Altında kısa beyaz bir şort ve siyah kalın asklı tülden bi gömlek vardı.Süt gibi olan bacakları yine ortadayken kıskanç yanım ağır basmaya başlamıştı.Kolumu yatağın ayak ucunda duran tahtaya koyup onu seyrettim.Neden bu kadad güzeldi anlamıyorum.Hale de benim için fazlasıyla güzeldi.Yine yıkanmış taze buram buram çilek kokarken onu kendime çekmek istiyordum. Bana son bir bakış atıp yanımdan uzaklaşırken kolundan tuttuğum gibi kendime çektim.Beni kasıp kavuran teni yine dibimdeydi.Öldüğüm kokusu da yine yamacımdaydı."Poyraz aşağı inmem gerekiyor bırakır mısın?" direk cevap verip "hayır" dedim.Bundan sonra ona sert davranacağımı söylemiştim.Bu dünyada sert birisi olduğunu hiç bir yerde utanmayacağını ögretecektim.Bunu sesli bir şekilde dile getirerek "Sana herşeyi öğreteceğim."dedim."Korkularına karşı seni eğitmeyi düşünüyorum." omuzlarını silkip "Nasıl?" dedi umursamazca.Sanırım bu dediğime inanmıyor gibiydi.Pişkince sırıtıp "bekle ve gör" avuçlarını alıp yanaklarıma koyarken yutkunduğunu gördüm adem elmasından.Şimdi içinde ne korkular barındıyordu bilmiyorum ama ona kesinlikle zarar vermeyeceğimi bilmesini istiyordum.Dudaklarımı dudaklarına doğru bastırıp öpmeye başladığımda midemde olan davullar çalmaya başlamıştı bile.Yine çilek kokan dudak kremi harika bir şekilde beni hırslandırıyordu.Onu yatağa atmak için kendimi zor tutsamda yine de beceremedim.Normalde bu benim için çok kolay bir işti ama Deniz'e gelince...Bir yönden korkuyordum.Dudaklarımdan ayrıldıktan sonra bir elini göğsüme diger elini kalbinin üzerine koyup "Poyraz dur. Öleceğim yoksa" öyle hızlı nefes alıp veriyordu ki bayılmak üzereydi sanki. Kollarımı ona doladığımda söze girdim."Ya ben noluyorum? Beni hiç düşündün mü? Benim içimde neler döndüğünü bilmiyor musun?.Beni artık baştan çıkarmayı kes."

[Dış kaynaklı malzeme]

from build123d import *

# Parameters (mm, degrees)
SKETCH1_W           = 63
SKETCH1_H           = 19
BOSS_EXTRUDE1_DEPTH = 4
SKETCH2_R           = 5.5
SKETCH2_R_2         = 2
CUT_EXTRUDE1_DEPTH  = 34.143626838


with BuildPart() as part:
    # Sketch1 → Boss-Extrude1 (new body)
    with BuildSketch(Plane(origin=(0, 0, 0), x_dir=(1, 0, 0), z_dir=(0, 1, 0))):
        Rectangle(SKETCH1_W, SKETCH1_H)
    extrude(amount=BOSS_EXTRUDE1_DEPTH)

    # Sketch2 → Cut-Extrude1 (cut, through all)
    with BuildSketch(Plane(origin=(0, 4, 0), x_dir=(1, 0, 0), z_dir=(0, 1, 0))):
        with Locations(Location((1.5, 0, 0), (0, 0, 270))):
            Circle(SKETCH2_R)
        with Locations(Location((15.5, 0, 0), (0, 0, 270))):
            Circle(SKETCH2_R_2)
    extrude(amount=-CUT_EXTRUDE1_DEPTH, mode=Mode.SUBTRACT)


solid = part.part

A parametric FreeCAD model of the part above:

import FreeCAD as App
import Part
import Sketcher


def add_polygon(sketch, points):
    """Adds a closed chain of lines whose ends are joined by coincident constraints."""
    first, n = sketch.GeometryCount, len(points)
    for a, b in zip(points, points[1:] + points[:1]):
        sketch.addGeometry(Part.LineSegment(App.Vector(*a, 0), App.Vector(*b, 0)), False)
    for i in range(n):
        sketch.addConstraint(Sketcher.Constraint("Coincident", first + i, 2, first + (i + 1) % n, 1))

doc = App.newDocument("Part")
params = doc.addObject("Spreadsheet::Sheet", "Params")
for row, (alias, value) in enumerate([
    ("sketch1_width", "63 mm"),
    ("sketch1_height", "19 mm"),
    ("pad1_length", "4 mm"),
    ("sketch2_diameter", "11 mm"),
    ("sketch2_diameter2", "4 mm"),
], start=1):
    params.set(f"A{row}", alias)
    params.set(f"B{row}", "=" + value)
    params.setAlias(f"B{row}", alias)

body = doc.addObject("PartDesign::Body", "Body")

# Sketch on XZ plane
sketch1 = body.newObject("Sketcher::SketchObject", "Sketch")
sketch1.AttachmentSupport = (doc.getObject("XZ_Plane"), [""])
sketch1.MapMode = "FlatFace"
add_polygon(sketch1, [(-32, -10), (-32, 10), (32, 10), (32, -10)])  # lines 0-3
sketch1.addConstraint([
    Sketcher.Constraint("Vertical", 0),
    Sketcher.Constraint("Horizontal", 1),
    Sketcher.Constraint("Vertical", 2),
    Sketcher.Constraint("Horizontal", 3),
    Sketcher.Constraint("Symmetric", 0, 2, 2, 2, -1, 1),
    Sketcher.Constraint("DistanceX", 1, 1, 1, 2, 63.0),
    Sketcher.Constraint("DistanceY", 0, 1, 0, 2, 19.0),
])
sketch1.setExpression("Constraints[9]", "Params.sketch1_width")
sketch1.setExpression("Constraints[10]", "Params.sketch1_height")
pad1 = body.newObject("PartDesign::Pad", "Pad")
pad1.Profile = sketch1
pad1.setExpression("Length", "Params.pad1_length")
pad1.Reversed = True

# Sketch on XZ plane
sketch2 = body.newObject("Sketcher::SketchObject", "Sketch001")
sketch2.AttachmentSupport = (doc.getObject("XZ_Plane"), [""])
sketch2.MapMode = "FlatFace"
sketch2.AttachmentOffset = App.Placement(App.Vector(0, 0, -4), App.Rotation())
sketch2.addGeometry([
    Part.Circle(App.Vector(1.5, 0, 0), App.Vector(0, 0, 1), 5.5),
    Part.Circle(App.Vector(15.5, 0, 0), App.Vector(0, 0, 1), 2),
], False)
sketch2.addConstraint([
    Sketcher.Constraint("PointOnObject", 0, 3, -1),
    Sketcher.Constraint("PointOnObject", 1, 3, -1),
    Sketcher.Constraint("Diameter", 0, 11.0),
    Sketcher.Constraint("Diameter", 1, 4.0),
    Sketcher.Constraint("DistanceX", 0, 3, 1, 3, 14.0),
    Sketcher.Constraint("DistanceX", -1, 1, 0, 3, 1.5),
])
sketch2.setExpression("Constraints[2]", "Params.sketch2_diameter")
sketch2.setExpression("Constraints[3]", "Params.sketch2_diameter2")
pocket1 = body.newObject("PartDesign::Pocket", "Pocket")
pocket1.Profile = sketch2
pocket1.Type = "ThroughAll"
pocket1.Reversed = True

doc.recompute()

"O zaman benden uzak dur Poyraz.Bırak beni. Ben sana göre değilim" dediği anda yeniden dudaklarına yapmıştım. Ne demek ben sana gore değilim? Bluzumun bana olmadığı gibi 'Bu sana göre değil!'

"Lütfen böyle konuşma.Ben sana burada ne halde olduğumu söylüyorum sen neler söylüyorsun?" kollarımdan ayrıldığı zaman boşluğa düşmüştüm sanki."Pardon ben...ben ne dediğini bilmiyorum galiba" diyerek elini başına koydu."Tamam bende fazla üstüne gittim.Çıkabilirsin" dedim elimle kapıyı işaret ederek.Biraz şaşırsada pişmanmış gibi bakıp önüne bakarak arkasına dönüp yavaş adımlarıyla odadan çıktı.Her şey güzel giderken bi anda her şeyin berbat olması..Denize olan bütün iletişimimi kesiyordu.

Yüzümü elimle sıvazladıktan sonra etrafıma kısa bir bakış attım.

Olacak iş değildi...

Her zamanki üzerime yapışan siyah gömleğimi üzerime geçirip düğmelerini teker teker bağladım.O gün boynuma bağladığı kravat aklıma gelince bos bir yere bakıp gülümsedim.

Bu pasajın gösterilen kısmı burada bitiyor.